Invité par l'AFIC à présenter sa biographie commentée dans un article au titre évocateur : Le loup blanc du capdev sort de sa tanière, le fondateur de Siparex avait surpris son auditoire par son incroyable épopée lors d'un déjeuner regroupant divers acteurs du private equity,.
Habitué à déplorer les témoignages à charge de managers de LBO indélicats contre les fonds ou les banques publiés dans Médiapart, son successeur, France Invest, ou l'ARE pourraient disposer d'un tout autre son de cloche en proposant à Philippe Joffard de présenter son ouvrage comme Omnes Capital l'a fait avec l'ex-CEMA, Pierre de Villiers pour la sortie de son livre intitulé : Servir.
En tout cas, Le Journal de bord d'un patron ne semble pas avoir laissé indifférent Jean-Pierre Millet.
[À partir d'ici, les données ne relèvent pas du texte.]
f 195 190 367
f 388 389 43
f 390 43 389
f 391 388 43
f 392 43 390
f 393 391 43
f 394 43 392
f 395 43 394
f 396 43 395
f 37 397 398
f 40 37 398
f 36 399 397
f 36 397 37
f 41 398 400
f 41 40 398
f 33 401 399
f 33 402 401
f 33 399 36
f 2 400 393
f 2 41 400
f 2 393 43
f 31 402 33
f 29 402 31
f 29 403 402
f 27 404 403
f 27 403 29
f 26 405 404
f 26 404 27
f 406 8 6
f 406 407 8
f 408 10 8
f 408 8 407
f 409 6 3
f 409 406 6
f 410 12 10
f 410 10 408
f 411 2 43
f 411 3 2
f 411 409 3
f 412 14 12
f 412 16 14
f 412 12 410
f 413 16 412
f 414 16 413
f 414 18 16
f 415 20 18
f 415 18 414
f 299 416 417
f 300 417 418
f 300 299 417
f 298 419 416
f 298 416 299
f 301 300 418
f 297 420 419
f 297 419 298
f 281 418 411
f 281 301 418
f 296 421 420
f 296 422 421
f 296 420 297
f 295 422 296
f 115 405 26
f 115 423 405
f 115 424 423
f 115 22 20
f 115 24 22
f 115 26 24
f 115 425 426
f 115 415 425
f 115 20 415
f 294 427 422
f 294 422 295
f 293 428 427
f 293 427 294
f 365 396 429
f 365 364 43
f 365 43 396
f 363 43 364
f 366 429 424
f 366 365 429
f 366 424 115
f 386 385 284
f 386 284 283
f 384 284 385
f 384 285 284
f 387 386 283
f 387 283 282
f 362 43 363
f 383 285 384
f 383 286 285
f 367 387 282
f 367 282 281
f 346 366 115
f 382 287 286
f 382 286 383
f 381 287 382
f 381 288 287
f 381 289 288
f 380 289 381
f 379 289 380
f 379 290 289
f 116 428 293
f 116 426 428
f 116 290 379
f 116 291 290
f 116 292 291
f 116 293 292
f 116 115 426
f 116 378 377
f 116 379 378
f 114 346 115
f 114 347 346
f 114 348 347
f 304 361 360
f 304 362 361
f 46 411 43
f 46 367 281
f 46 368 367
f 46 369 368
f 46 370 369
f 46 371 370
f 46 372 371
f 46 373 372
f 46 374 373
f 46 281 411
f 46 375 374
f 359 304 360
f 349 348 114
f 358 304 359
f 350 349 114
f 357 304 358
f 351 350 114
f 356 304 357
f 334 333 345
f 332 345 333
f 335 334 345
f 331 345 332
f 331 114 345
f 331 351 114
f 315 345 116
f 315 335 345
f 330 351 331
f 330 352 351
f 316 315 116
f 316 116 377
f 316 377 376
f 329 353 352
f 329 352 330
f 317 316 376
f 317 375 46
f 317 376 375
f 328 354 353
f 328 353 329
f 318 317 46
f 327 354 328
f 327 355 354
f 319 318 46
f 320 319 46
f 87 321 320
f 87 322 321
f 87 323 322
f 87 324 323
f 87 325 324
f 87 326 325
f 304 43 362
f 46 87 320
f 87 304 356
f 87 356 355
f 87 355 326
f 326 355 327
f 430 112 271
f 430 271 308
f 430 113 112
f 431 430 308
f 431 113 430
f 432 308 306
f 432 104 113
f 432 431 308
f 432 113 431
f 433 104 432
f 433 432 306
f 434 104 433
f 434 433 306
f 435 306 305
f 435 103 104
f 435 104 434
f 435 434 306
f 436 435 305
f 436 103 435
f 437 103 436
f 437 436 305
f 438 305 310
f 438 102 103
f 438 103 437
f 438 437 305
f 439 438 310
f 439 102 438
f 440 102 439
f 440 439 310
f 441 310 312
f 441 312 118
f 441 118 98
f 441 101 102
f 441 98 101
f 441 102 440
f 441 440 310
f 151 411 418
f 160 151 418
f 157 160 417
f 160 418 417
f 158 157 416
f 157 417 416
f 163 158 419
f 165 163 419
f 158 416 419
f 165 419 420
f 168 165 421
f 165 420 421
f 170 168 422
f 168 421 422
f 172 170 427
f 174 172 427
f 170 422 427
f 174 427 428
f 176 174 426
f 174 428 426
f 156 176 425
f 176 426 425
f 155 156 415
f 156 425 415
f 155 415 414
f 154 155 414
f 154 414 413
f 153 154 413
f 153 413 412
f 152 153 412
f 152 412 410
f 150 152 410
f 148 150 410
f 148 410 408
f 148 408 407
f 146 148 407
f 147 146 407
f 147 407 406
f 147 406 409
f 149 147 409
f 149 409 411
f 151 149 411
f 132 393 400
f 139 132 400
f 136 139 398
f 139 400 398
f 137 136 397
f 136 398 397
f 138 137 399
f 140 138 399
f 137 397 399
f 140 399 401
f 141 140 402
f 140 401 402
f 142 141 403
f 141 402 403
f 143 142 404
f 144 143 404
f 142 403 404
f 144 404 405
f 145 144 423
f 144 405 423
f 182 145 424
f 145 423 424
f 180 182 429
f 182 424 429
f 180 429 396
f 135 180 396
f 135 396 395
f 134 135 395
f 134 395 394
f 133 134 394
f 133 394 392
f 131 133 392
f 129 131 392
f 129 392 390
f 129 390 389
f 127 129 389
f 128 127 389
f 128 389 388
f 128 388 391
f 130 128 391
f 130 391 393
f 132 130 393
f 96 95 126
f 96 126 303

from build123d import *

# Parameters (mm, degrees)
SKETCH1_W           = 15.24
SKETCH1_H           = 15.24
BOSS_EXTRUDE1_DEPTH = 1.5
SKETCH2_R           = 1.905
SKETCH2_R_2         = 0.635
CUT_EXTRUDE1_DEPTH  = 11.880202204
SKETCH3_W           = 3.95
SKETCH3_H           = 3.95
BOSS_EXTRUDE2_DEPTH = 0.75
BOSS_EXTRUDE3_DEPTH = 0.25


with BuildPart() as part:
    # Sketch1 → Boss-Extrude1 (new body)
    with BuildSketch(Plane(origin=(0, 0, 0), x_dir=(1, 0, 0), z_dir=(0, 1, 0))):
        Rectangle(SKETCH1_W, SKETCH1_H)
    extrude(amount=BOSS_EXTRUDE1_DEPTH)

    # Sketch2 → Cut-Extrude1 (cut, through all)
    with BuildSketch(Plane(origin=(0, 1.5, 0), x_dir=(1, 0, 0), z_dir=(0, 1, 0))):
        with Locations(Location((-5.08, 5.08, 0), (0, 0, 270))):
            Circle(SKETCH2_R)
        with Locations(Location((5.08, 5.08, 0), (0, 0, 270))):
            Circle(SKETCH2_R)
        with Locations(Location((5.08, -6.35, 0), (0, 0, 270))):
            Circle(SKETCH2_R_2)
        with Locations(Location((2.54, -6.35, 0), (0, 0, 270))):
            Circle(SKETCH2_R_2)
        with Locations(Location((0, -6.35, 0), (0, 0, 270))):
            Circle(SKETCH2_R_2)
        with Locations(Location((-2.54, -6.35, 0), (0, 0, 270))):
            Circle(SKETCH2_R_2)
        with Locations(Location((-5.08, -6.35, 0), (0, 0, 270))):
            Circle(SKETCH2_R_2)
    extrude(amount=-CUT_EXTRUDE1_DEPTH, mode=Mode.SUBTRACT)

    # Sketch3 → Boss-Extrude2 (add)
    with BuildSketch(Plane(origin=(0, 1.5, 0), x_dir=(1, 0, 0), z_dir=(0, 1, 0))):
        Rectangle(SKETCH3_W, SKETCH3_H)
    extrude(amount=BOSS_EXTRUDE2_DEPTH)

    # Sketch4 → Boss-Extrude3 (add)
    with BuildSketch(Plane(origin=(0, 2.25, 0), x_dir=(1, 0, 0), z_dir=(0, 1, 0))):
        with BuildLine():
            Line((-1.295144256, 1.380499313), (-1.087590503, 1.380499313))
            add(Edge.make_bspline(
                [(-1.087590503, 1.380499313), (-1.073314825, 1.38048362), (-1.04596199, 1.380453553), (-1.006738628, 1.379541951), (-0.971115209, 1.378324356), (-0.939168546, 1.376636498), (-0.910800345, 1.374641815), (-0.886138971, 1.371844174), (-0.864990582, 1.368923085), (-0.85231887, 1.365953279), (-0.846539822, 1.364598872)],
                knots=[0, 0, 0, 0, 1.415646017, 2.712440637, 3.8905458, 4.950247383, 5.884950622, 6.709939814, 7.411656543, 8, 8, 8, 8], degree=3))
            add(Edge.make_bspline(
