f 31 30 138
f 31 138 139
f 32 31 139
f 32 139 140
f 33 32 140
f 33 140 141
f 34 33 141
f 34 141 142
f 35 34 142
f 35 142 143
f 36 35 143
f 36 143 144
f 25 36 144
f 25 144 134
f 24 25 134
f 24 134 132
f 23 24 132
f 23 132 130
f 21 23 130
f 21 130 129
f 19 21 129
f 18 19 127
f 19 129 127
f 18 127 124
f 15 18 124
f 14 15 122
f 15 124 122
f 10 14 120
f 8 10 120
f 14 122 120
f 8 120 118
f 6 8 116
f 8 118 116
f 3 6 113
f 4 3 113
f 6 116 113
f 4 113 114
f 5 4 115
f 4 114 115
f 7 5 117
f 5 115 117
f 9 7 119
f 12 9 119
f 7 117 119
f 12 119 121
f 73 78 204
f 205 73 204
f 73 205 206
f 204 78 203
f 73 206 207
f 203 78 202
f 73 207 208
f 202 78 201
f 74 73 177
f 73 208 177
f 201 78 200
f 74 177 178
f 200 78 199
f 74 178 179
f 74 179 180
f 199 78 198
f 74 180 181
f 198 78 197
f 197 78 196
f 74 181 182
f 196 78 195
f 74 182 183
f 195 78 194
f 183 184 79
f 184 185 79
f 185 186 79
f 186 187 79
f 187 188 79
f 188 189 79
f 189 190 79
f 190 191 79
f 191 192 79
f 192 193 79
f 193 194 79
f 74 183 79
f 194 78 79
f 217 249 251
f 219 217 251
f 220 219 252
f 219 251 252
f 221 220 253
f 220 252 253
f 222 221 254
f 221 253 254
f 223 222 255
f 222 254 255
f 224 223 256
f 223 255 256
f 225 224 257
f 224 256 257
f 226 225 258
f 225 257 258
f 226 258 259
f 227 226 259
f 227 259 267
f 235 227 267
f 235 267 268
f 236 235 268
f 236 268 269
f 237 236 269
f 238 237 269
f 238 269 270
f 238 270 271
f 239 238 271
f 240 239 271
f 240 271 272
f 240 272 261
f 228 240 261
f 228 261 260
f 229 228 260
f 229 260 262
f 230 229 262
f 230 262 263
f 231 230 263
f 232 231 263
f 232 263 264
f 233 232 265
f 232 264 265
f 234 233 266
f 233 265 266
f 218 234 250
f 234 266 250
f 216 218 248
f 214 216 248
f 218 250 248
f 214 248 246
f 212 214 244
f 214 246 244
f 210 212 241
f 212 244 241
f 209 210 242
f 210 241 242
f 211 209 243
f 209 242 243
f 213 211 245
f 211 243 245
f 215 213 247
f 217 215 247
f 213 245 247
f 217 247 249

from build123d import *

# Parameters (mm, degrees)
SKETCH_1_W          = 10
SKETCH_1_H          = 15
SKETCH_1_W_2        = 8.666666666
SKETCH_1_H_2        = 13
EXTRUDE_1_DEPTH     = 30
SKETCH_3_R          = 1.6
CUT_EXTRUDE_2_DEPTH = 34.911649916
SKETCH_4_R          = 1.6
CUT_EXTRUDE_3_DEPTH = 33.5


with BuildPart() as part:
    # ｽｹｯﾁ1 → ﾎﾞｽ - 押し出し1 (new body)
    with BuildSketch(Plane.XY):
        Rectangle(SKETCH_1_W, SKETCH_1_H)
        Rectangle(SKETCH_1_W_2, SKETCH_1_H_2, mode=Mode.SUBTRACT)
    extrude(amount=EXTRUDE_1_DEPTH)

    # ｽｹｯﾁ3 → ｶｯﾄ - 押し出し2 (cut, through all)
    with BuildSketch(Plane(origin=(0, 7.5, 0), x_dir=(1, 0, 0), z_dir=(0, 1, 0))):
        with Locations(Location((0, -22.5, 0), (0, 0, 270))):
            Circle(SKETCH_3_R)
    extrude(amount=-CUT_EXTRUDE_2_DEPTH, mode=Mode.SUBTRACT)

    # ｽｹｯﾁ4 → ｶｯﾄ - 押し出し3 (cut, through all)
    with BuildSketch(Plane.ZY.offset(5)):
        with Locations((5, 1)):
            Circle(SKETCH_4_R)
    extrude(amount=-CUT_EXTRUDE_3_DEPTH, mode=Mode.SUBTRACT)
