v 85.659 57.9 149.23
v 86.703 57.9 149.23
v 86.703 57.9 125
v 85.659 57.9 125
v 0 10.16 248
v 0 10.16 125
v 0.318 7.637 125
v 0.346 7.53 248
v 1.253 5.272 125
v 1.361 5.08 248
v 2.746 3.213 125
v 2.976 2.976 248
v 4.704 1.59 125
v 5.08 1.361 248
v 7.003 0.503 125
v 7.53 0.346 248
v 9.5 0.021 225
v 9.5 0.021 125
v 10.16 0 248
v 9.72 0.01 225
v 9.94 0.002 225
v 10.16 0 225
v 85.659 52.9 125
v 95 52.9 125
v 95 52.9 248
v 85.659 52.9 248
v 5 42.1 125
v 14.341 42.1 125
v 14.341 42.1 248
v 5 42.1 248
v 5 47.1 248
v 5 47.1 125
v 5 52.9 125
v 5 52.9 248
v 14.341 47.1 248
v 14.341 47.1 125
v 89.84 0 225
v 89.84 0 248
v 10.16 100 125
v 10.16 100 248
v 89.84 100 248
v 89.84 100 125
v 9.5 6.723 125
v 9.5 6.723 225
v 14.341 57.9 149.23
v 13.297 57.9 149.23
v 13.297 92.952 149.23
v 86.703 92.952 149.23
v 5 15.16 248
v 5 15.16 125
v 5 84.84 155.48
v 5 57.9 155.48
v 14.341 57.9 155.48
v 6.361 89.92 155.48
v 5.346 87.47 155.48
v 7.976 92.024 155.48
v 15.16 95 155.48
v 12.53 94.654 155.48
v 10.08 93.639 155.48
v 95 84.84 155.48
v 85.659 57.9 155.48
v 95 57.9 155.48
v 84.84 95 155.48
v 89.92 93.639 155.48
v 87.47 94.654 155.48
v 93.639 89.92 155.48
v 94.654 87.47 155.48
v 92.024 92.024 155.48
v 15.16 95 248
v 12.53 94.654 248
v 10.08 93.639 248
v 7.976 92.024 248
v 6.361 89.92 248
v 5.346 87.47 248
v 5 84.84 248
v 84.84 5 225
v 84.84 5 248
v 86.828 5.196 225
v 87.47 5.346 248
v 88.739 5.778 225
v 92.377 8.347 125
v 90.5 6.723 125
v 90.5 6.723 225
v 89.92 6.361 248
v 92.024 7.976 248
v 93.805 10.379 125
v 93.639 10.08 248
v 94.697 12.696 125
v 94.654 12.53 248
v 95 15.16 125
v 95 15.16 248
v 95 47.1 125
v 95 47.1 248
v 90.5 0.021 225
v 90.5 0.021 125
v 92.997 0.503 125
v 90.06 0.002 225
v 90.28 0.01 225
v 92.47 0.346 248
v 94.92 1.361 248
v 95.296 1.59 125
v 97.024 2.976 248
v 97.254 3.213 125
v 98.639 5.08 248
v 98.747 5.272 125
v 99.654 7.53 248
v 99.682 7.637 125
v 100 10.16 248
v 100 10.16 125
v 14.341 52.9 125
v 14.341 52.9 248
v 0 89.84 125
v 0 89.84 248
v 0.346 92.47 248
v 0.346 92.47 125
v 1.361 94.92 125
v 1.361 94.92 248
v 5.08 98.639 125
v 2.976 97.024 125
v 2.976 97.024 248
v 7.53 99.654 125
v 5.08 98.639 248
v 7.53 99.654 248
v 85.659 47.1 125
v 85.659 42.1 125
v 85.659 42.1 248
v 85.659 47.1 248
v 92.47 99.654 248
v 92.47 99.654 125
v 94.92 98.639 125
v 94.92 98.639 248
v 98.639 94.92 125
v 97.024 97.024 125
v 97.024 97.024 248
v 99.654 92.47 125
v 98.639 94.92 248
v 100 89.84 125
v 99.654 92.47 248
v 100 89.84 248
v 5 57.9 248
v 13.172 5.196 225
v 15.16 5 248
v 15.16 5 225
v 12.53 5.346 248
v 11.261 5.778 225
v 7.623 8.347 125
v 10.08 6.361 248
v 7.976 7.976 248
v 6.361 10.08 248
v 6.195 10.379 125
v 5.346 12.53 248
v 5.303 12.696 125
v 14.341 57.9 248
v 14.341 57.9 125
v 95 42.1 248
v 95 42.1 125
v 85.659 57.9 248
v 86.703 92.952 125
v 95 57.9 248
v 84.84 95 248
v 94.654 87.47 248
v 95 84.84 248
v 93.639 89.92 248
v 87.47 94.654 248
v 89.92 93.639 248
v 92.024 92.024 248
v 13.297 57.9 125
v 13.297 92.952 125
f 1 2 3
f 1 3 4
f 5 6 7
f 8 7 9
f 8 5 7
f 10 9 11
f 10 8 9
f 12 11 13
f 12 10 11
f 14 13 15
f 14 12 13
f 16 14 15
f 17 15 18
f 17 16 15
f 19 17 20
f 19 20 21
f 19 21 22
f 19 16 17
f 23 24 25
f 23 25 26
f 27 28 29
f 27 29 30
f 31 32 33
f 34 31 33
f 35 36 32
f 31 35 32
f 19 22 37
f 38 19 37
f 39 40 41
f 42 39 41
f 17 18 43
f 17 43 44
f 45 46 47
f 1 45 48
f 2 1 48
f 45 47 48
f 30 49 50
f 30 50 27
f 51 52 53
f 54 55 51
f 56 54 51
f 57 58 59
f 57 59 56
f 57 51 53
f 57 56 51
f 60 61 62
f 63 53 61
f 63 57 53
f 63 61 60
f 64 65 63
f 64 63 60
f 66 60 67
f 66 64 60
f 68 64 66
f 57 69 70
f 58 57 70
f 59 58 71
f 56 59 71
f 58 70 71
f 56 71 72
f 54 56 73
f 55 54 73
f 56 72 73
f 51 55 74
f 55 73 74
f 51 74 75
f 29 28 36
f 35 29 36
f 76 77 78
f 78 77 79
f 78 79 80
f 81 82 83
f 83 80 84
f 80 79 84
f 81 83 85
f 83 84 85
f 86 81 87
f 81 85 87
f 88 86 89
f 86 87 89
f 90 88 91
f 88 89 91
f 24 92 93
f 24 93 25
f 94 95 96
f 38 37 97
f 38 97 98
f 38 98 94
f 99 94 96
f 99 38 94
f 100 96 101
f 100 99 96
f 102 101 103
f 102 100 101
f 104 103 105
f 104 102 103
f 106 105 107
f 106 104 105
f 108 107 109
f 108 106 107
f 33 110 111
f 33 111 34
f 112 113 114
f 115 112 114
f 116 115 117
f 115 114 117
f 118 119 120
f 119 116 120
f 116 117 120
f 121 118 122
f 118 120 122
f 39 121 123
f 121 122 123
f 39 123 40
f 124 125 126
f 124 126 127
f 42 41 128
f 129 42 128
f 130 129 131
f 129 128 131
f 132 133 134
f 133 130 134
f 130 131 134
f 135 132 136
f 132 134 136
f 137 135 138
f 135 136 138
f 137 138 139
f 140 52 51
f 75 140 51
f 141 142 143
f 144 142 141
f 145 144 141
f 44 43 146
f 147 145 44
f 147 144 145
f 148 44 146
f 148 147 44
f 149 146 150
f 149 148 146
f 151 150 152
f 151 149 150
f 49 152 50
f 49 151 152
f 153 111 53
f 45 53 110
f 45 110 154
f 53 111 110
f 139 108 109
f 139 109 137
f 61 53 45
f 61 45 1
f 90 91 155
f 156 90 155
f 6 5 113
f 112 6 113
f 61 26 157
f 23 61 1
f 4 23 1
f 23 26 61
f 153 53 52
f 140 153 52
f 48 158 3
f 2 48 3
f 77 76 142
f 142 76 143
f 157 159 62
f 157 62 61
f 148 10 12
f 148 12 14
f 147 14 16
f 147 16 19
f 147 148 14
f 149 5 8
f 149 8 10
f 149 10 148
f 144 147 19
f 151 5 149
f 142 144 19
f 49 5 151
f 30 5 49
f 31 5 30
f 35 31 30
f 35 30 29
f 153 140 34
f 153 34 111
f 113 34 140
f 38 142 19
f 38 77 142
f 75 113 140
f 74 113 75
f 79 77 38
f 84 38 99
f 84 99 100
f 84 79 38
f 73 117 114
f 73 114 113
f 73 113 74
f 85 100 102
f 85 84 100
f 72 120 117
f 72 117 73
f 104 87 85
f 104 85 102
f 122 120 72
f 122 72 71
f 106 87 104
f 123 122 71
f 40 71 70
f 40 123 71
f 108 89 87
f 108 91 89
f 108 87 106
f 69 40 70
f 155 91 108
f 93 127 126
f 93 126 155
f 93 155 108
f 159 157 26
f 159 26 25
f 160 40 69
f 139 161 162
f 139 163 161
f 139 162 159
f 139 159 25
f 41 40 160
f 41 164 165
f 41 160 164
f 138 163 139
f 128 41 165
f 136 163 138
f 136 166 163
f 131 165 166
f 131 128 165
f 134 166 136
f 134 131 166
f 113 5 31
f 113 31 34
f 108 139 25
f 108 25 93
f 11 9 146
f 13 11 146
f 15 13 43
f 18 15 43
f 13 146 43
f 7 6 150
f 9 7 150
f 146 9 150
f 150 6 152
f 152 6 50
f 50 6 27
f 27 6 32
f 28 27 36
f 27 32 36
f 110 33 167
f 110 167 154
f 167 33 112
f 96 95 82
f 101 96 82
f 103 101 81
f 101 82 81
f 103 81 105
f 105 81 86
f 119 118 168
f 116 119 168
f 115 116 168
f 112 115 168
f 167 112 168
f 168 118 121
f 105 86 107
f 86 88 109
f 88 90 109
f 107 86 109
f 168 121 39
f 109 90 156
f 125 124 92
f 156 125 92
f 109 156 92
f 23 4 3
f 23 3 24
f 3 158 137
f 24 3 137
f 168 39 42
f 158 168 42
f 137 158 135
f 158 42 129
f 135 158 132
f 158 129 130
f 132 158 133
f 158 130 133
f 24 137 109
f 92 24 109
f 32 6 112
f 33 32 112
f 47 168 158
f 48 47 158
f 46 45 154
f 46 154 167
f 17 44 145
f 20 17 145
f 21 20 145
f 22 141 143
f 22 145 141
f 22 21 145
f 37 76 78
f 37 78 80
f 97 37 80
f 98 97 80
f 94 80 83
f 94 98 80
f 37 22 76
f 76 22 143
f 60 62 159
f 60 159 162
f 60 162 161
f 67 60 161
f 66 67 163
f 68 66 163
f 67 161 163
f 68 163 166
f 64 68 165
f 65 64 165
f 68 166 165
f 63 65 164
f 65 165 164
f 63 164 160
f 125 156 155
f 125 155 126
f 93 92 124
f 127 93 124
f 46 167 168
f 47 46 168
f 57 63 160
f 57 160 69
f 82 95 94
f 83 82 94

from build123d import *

# Parameters (mm, degrees)
SKETCH1_W           = 100
SKETCH1_H           = 100
BOSS_EXTRUDE1_DEPTH = 250
SKETCH2_W           = 90
SKETCH2_H           = 90
CUT_EXTRUDE1_DEPTH  = 288.228132327
FILLET1_R           = 10.16
SKETCH3_W           = 9.3412
SKETCH3_H           = 5
BOSS_EXTRUDE2_DEPTH = 250
SKETCH4_W           = 100
SKETCH4_H           = 125
CUT_EXTRUDE2_DEPTH  = 288.228132327
SKETCH6_W           = 81
SKETCH6_H           = 100
CUT_EXTRUDE4_DEPTH  = 5
FILLET3_R           = 10.16
BOSS_EXTRUDE3_DEPTH = 30.48
SKETCH9_W           = 73.406
SKETCH9_H           = 6.25
BOSS_EXTRUDE5_DEPTH = 35.052
CUT_EXTRUDE5_DEPTH  = 2


with BuildPart() as part:
    # Sketch1 → Boss-Extrude1 (new body)
    with BuildSketch(Plane.XY):
        with Locations((50, 50)):
            Rectangle(SKETCH1_W, SKETCH1_H)
    extrude(amount=BOSS_EXTRUDE1_DEPTH)

    # Sketch2 → Cut-Extrude1 (cut, through all)
    with BuildSketch(Plane(origin=(0, 0, 0), x_dir=(-1, 0, 0), z_dir=(0, 0, -1))):
        with Locations((-50, 50)):
            Rectangle(SKETCH2_W, SKETCH2_H)
    extrude(amount=-CUT_EXTRUDE1_DEPTH, mode=Mode.SUBTRACT)

    # Fillet1
    fillet1_edges = [part.edges().sort_by_distance(p)[0] for p in [
        (0, 100, 125),
        (0, 0, 125),
        (100, 0, 125),
        (100, 100, 125),
    ]]
    fillet(fillet1_edges, radius=FILLET1_R)

    # Sketch3 → Boss-Extrude2 (add, through all)
    with BuildSketch(Plane(origin=(0, 0, 0), x_dir=(-1, 0, 0), z_dir=(0, 0, -1))):
        with Locations((-90.3294, 55.4)):
            Rectangle(SKETCH3_W, SKETCH3_H)
        with Locations((-90.3294, 44.6)):
            Rectangle(SKETCH3_W, SKETCH3_H)
        with Locations((-9.6706, 44.6)):
            Rectangle(SKETCH3_W, SKETCH3_H)
        with Locations((-9.6706, 55.4)):
            Rectangle(SKETCH3_W, SKETCH3_H)
    extrude(amount=-BOSS_EXTRUDE2_DEPTH)

    # Sketch4 → Cut-Extrude2 (cut, through all)
    with BuildSketch(Plane(origin=(0, 100, 0), x_dir=(1, 0, 0), z_dir=(0, 1, 0))):
        with Locations((50, -62.5)):
            Rectangle(SKETCH4_W, SKETCH4_H)
    extrude(amount=-CUT_EXTRUDE2_DEPTH, mode=Mode.SUBTRACT)

    # Sketch6 → Cut-Extrude4 (cut)
    with BuildSketch(Plane.XZ):
        with Locations((50, 175)):
            Rectangle(SKETCH6_W, SKETCH6_H)
    extrude(amount=-CUT_EXTRUDE4_DEPTH, mode=Mode.SUBTRACT)

    # Fillet3
    fillet3_edges = [part.edges().sort_by_distance(p)[0] for p in [
        (5, 95, 187.5),
        (5, 5, 187.5),
        (95, 95, 187.5),
        (95, 5, 187.5),
    ]]
    fillet(fillet3_edges, radius=FILLET3_R)

    # Sketch7 → Boss-Extrude3 (add)
    with BuildSketch(Plane(origin=(0, 0, 125), x_dir=(-1, 0, 0), z_dir=(0, 0, -1))):
        Polygon((-95, 96), (-5, 96), (-5, 57.9), (-13.297, 57.9), (-13.297, 92.952), (-86.703, 92.952), (-86.703, 57.9), (-95, 57.9), align=None)
    extrude(amount=-BOSS_EXTRUDE3_DEPTH)

    # Sketch9 → Boss-Extrude5 (add)
    with BuildSketch(Plane.XZ.offset(-92.952)):
        with Locations((50, 152.355)):
            Rectangle(SKETCH9_W, SKETCH9_H)
    extrude(amount=BOSS_EXTRUDE5_DEPTH)

    # Sketch10 → Cut-Extrude5 (cut)
    with BuildSketch(Plane.XY.offset(250)):
        with BuildLine():
            Line((89.84, 100), (10.16, 100))
            ThreePointArc((10.16, 100), (2.975795103, 97.024204897), (0, 89.84))
            Line((0, 89.84), (0, 10.16))
            ThreePointArc((0, 10.16), (2.975795103, 2.975795103), (10.16, 0))
            Line((10.16, 0), (89.84, 0))
            ThreePointArc((89.84, 0), (97.024204897, 2.975795103), (100, 10.16))
            Line((100, 10.16), (100, 89.84))
            ThreePointArc((100, 89.84), (97.024204897, 97.024204897), (89.84, 100))
        make_face()
    extrude(amount=-CUT_EXTRUDE5_DEPTH, mode=Mode.SUBTRACT)


solid = part.part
Héritier de la marque éponyme de vêtements et équipements de montagne reprise par Lafuma, en 1995, l'ex-head du bureau parisien de Carlyle a cédé sa participation (7,6%), peu après la dédicace du livre, à Calida, le fabricant suisse de soutiens-gorge et de petites culottes. Le compatriote de Roger Federer dont il n'est heureusement pas l'équipementier, détient désormais 79,15% du capital de Lafuma, un temps convoité par le sud-coréen E-Land.